Collected data -
---+---

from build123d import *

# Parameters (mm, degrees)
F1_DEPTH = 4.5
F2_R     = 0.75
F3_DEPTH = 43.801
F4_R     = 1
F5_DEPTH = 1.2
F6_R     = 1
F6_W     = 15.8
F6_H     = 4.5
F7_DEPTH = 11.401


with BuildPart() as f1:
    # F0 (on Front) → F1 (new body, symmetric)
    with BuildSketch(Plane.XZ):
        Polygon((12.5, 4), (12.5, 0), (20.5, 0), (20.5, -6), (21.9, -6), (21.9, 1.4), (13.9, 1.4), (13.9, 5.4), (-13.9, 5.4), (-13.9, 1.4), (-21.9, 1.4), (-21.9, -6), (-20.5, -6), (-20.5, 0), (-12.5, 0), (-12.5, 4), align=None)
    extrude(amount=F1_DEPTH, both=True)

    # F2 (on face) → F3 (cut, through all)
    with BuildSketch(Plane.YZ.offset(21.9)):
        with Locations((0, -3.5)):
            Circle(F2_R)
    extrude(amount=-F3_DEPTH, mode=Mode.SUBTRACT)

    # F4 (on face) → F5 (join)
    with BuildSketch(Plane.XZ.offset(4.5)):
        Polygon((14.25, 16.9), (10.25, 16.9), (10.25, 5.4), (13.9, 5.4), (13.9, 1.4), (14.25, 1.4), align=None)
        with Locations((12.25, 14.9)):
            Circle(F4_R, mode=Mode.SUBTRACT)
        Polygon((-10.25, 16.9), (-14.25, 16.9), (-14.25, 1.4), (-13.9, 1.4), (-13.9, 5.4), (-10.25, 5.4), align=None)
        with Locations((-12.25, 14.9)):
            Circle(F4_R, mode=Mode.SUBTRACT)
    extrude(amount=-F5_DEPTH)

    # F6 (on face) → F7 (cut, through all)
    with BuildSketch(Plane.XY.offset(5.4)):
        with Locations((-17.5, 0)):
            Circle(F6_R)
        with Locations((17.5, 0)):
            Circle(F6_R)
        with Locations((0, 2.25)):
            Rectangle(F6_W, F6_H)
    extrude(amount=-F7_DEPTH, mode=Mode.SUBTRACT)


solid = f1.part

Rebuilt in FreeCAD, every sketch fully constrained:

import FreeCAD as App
import Part
import Sketcher
from FreeCAD import Vector
Q = App.Units.Quantity

doc = App.newDocument("Part")
body = doc.addObject("PartDesign::Body", "Body")

sketch1 = body.newObject("Sketcher::SketchObject", "Sketch")
sketch1.AttachmentSupport = (doc.getObject("XZ_Plane"), [""])
sketch1.MapMode = "FlatFace"
sketch1.addGeometry([
    Part.LineSegment(Vector(12.5, 4, 0), Vector(12.5, 0, 0)),
    Part.LineSegment(Vector(12.5, 0, 0), Vector(20.5, 0, 0)),
    Part.LineSegment(Vector(20.5, 0, 0), Vector(20.5, -6, 0)),
    Part.LineSegment(Vector(20.5, -6, 0), Vector(21.9, -6, 0)),
    Part.LineSegment(Vector(21.9, -6, 0), Vector(21.9, 1.4, 0)),
    Part.LineSegment(Vector(21.9, 1.4, 0), Vector(13.9, 1.4, 0)),
    Part.LineSegment(Vector(13.9, 1.4, 0), Vector(13.9, 5.4, 0)),
    Part.LineSegment(Vector(13.9, 5.4, 0), Vector(-13.9, 5.4, 0)),
    Part.LineSegment(Vector(-13.9, 5.4, 0), Vector(-13.9, 1.4, 0)),
    Part.LineSegment(Vector(-13.9, 1.4, 0), Vector(-21.9, 1.4, 0)),
    Part.LineSegment(Vector(-21.9, 1.4, 0), Vector(-21.9, -6, 0)),
    Part.LineSegment(Vector(-21.9, -6, 0), Vector(-20.5, -6, 0)),
    Part.LineSegment(Vector(-20.5, -6, 0), Vector(-20.5, 0, 0)),
    Part.LineSegment(Vector(-20.5, 0, 0), Vector(-12.5, 0, 0)),
    Part.LineSegment(Vector(-12.5, 0, 0), Vector(-12.5, 4, 0)),
    Part.LineSegment(Vector(-12.5, 4, 0), Vector(12.5, 4, 0)),
], False)
sketch1.addConstraint([
    Sketcher.Constraint("Coincident", 0, 2, 1, 1),
    Sketcher.Constraint("Coincident", 1, 2, 2, 1),
    Sketcher.Constraint("Coincident", 2, 2, 3, 1),
    Sketcher.Constraint("Coincident", 3, 2, 4, 1),
    Sketcher.Constraint("Coincident", 4, 2, 5, 1),
    Sketcher.Constraint("Coincident", 5, 2, 6, 1),
    Sketcher.Constraint("Coincident", 6, 2, 7, 1),
    Sketcher.Constraint("Coincident", 7, 2, 8, 1),
    Sketcher.Constraint("Coincident", 8, 2, 9, 1),
    Sketcher.Constraint("Coincident", 9, 2, 10, 1),
    Sketcher.Constraint("Coincident", 10, 2, 11, 1),
    Sketcher.Constraint("Coincident", 11, 2, 12, 1),
    Sketcher.Constraint("Coincident", 12, 2, 13, 1),
    Sketcher.Constraint("Coincident", 13, 2, 14, 1),
    Sketcher.Constraint("Coincident", 14, 2, 15, 1),
    Sketcher.Constraint("Coincident", 15, 2, 0, 1),
    Sketcher.Constraint("Vertical", 0),
    Sketcher.Constraint("Horizontal", 1),
    Sketcher.Constraint("Vertical", 2),
    Sketcher.Constraint("Horizontal", 3),
    Sketcher.Constraint("Vertical", 4),
    Sketcher.Constraint("Horizontal", 5),
    Sketcher.Constraint("Vertical", 6),
    Sketcher.Constraint("Horizontal", 7),
    Sketcher.Constraint("Vertical", 8),
    Sketcher.Constraint("Horizontal", 9),
    Sketcher.Constraint("Vertical", 10),
    Sketcher.Constraint("Horizontal", 11),
    Sketcher.Constraint("Vertical", 12),
    Sketcher.Constraint("Horizontal", 13),
    Sketcher.Constraint("Vertical", 14),
    Sketcher.Constraint("Horizontal", 15),
    Sketcher.Constraint("Symmetric", 1, 2, 12, 2, -1, 1),
    Sketcher.Constraint("Symmetric", 5, 2, 8, 2, -2),
    Sketcher.Constraint("Symmetric", 3, 2, 10, 2, -2),
    Sketcher.Constraint("Symmetric", 0, 2, 13, 2, -2),
    Sketcher.Constraint("Equal", 1, 5),
    Sketcher.Constraint("Equal", 0, 6),
    Sketcher.Constraint("DistanceX", 1, 1, 1, 2, Q("8 mm")),
    Sketcher.Constraint("DistanceX", 15, 1, 15, 2, Q("25 mm")),
    Sketcher.Constraint("DistanceY", 0, 2, 0, 1, Q("4 mm")),
    Sketcher.Constraint("DistanceY", 2, 2, 2, 1, Q("6 mm")),
    Sketcher.Constraint("DistanceX", 3, 1, 3, 2, Q("1.4 mm")),
    Sketcher.Constraint("DistanceY", 4, 1, 4, 2, Q("7.4 mm")),
])
pad1 = body.newObject("PartDesign::Pad", "Pad")
pad1.Profile = sketch1
pad1.Length = 9
pad1.Midplane = True

sketch2 = body.newObject("Sketcher::SketchObject", "Sketch001")
sketch2.AttachmentSupport = (doc.getObject("YZ_Plane"), [""])
sketch2.MapMode = "FlatFace"
sketch2.AttachmentOffset = App.Placement(Vector(0, 0, 21.9), App.Rotation())
sketch2.addGeometry(Part.Circle(Vector(0, -3.5, 0), Vector(0, 0, 1), 0.8), False)
sketch2.addConstraint([
    Sketcher.Constraint("PointOnObject", 0, 3, -2),
    Sketcher.Constraint("Diameter", 0, Q("1.5 mm")),
    Sketcher.Constraint("DistanceY", 0, 3, -1, 1, Q("3.5 mm")),
])
pocket1 = body.newObject("PartDesign::Pocket", "Pocket")
pocket1.Profile = sketch2
pocket1.Type = "ThroughAll"

sketch3 = body.newObject("Sketcher::SketchObject", "Sketch002")
sketch3.AttachmentSupport = (doc.getObject("XZ_Plane"), [""])
sketch3.MapMode = "FlatFace"
sketch3.AttachmentOffset = App.Placement(Vector(0, 0, 4.5), App.Rotation())
sketch3.addGeometry([
    Part.LineSegment(Vector(14.25, 16.9, 0), Vector(10.25, 16.9, 0)),
    Part.LineSegment(Vector(10.25, 16.9, 0), Vector(10.25, 5.4, 0)),
    Part.LineSegment(Vector(10.25, 5.4, 0), Vector(13.9, 5.4, 0)),
    Part.LineSegment(Vector(13.9, 5.4, 0), Vector(13.9, 1.4, 0)),
    Part.LineSegment(Vector(13.9, 1.4, 0), Vector(14.25, 1.4, 0)),
    Part.LineSegment(Vector(14.25, 1.4, 0), Vector(14.25, 16.9, 0)),
    Part.Circle(Vector(12.25, 14.9, 0), Vector(0, 0, 1), 1),
    Part.LineSegment(Vector(-10.25, 16.9, 0), Vector(-14.25, 16.9, 0)),
    Part.LineSegment(Vector(-14.25, 16.9, 0), Vector(-14.25, 1.4, 0)),
    Part.LineSegment(Vector(-14.25, 1.4, 0), Vector(-13.9, 1.4, 0)),
    Part.LineSegment(Vector(-13.9, 1.4, 0), Vector(-13.9, 5.4, 0)),
    Part.LineSegment(Vector(-13.9, 5.4, 0), Vector(-10.25, 5.4, 0)),
    Part.LineSegment(Vector(-10.25, 5.4, 0), Vector(-10.25, 16.9, 0)),
    Part.Circle(Vector(-12.25, 14.9, 0), Vector(0, 0, 1), 1),
], False)
sketch3.addConstraint([
    Sketcher.Constraint("Coincident", 0, 2, 1, 1),
    Sketcher.Constraint("Coincident", 1, 2, 2, 1),
    Sketcher.Constraint("Coincident", 2, 2, 3, 1),
    Sketcher.Constraint("Coincident", 3, 2, 4, 1),
    Sketcher.Constraint("Coincident", 4, 2, 5, 1),
    Sketcher.Constraint("Coincident", 5, 2, 0, 1),
    Sketcher.Constraint("Coincident", 7, 2, 8, 1),
    Sketcher.Constraint("Coincident", 8, 2, 9, 1),
    Sketcher.Constraint("Coincident", 9, 2, 10, 1),
    Sketcher.Constraint("Coincident", 10, 2, 11, 1),
    Sketcher.Constraint("Coincident", 11, 2, 12, 1),
    Sketcher.Constraint("Coincident", 12, 2, 7, 1),
    Sketcher.Constraint("Horizontal", 0),
    Sketcher.Constraint("Vertical", 1),
    Sketcher.Constraint("Horizontal", 2),
    Sketcher.Constraint("Vertical", 3),
    Sketcher.Constraint("Horizontal", 4),
    Sketcher.Constraint("Vertical", 5),
    Sketcher.Constraint("Horizontal", 7),
    Sketcher.Constraint("Vertical", 8),
    Sketcher.Constraint("Horizontal", 9),
    Sketcher.Constraint("Vertical", 10),
    Sketcher.Constraint("Horizontal", 11),
    Sketcher.Constraint("Vertical", 12),
    Sketcher.Constraint("Equal", 6, 13),
    Sketcher.Constraint("Symmetric", 6, 3, 13, 3, -2),
    Sketcher.Constraint("Symmetric", 5, 2, 7, 2, -2),
    Sketcher.Constraint("Symmetric", 3, 2, 9, 2, -2),
    Sketcher.Constraint("Symmetric", 1, 2, 11, 2, -2),
    Sketcher.Constraint("Equal", 7, 3),
    Sketcher.Constraint("Diameter", 6, Q("2 mm")),
    Sketcher.Constraint("DistanceX", 0, 2, 0, 1, Q("4 mm")),
    Sketcher.Constraint("DistanceY", 1, 2, 1, 1, Q("11.5 mm")),
    Sketcher.Constraint("DistanceX", 0, 2, 6, 3, Q("2 mm")),
    Sketcher.Constraint("DistanceY", 6, 3, 0, 2, Q("2 mm")),
    Sketcher.Constraint("DistanceX", 2, 1, 2, 2, Q("3.65 mm")),
    Sketcher.Constraint("DistanceY", -1, 1, 6, 3, Q("14.9 mm")),
    Sketcher.Constraint("DistanceX", -1, 1, 2, 2, Q("13.9 mm")),
])
pad2 = body.newObject("PartDesign::Pad", "Pad001")
pad2.Profile = sketch3
pad2.Length = 1.2
pad2.Reversed = True

sketch4 = body.newObject("Sketcher::SketchObject", "Sketch003")
sketch4.AttachmentSupport = (doc.getObject("XY_Plane"), [""])
sketch4.MapMode = "FlatFace"
sketch4.AttachmentOffset = App.Placement(Vector(0, 0, 5.4), App.Rotation())
sketch4.addGeometry([
    Part.Circle(Vector(-17.5, 0, 0), Vector(0, 0, 1), 1),
    Part.Circle(Vector(17.5, 0, 0), Vector(0, 0, 1), 1),
    Part.LineSegment(Vector(-7.9, 4.5, 0), Vector(-7.9, 0, 0)),
    Part.LineSegment(Vector(-7.9, 0, 0), Vector(7.9, 0, 0)),
    Part.LineSegment(Vector(7.9, 0, 0), Vector(7.9, 4.5, 0)),
    Part.LineSegment(Vector(7.9, 4.5, 0), Vector(-7.9, 4.5, 0)),
], False)
sketch4.addConstraint([
    Sketcher.Constraint("Coincident", 2, 2, 3, 1),
    Sketcher.Constraint("Coincident", 3, 2, 4, 1),
    Sketcher.Constraint("Coincident", 4, 2, 5, 1),
    Sketcher.Constraint("Coincident", 5, 2, 2, 1),
    Sketcher.Constraint("Vertical", 2),
    Sketcher.Constraint("Horizontal", 3),
    Sketcher.Constraint("Vertical", 4),
    Sketcher.Constraint("Horizontal", 5),
    Sketcher.Constraint("Equal", 0, 1),
    Sketcher.Constraint("Symmetric", 0, 3, 1, 3, -1, 1),
    Sketcher.Constraint("Symmetric", 2, 2, 3, 2, -1, 1),
    Sketcher.Constraint("PointOnObject", 0, 3, -1),
    Sketcher.Constraint("Diameter", 0, Q("2 mm")),
    Sketcher.Constraint("DistanceX", 3, 1, 3, 2, Q("15.8 mm")),
    Sketcher.Constraint("DistanceY", 2, 2, 2, 1, Q("4.5 mm")),
    Sketcher.Constraint("DistanceX", 0, 3, 1, 3, Q("35 mm")),
])
pocket2 = body.newObject("PartDesign::Pocket", "Pocket001")
pocket2.Profile = sketch4
pocket2.Type = "ThroughAll"

doc.recompute()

---+---

YOUR GOAL -
Which lines run from the one holding "# F2 (on face) → F3 (cut, through all)" through the one holding "# F4 (on face) → F5 (join)" in the records above? Repeat them exactly, both included, and nothing more.

EXERCISE ANSWER -
    # F2 (on face) → F3 (cut, through all)
    with BuildSketch(Plane.YZ.offset(21.9)):
        with Locations((0, -3.5)):
            Circle(F2_R)
    extrude(amount=-F3_DEPTH, mode=Mode.SUBTRACT)

    # F4 (on face) → F5 (join)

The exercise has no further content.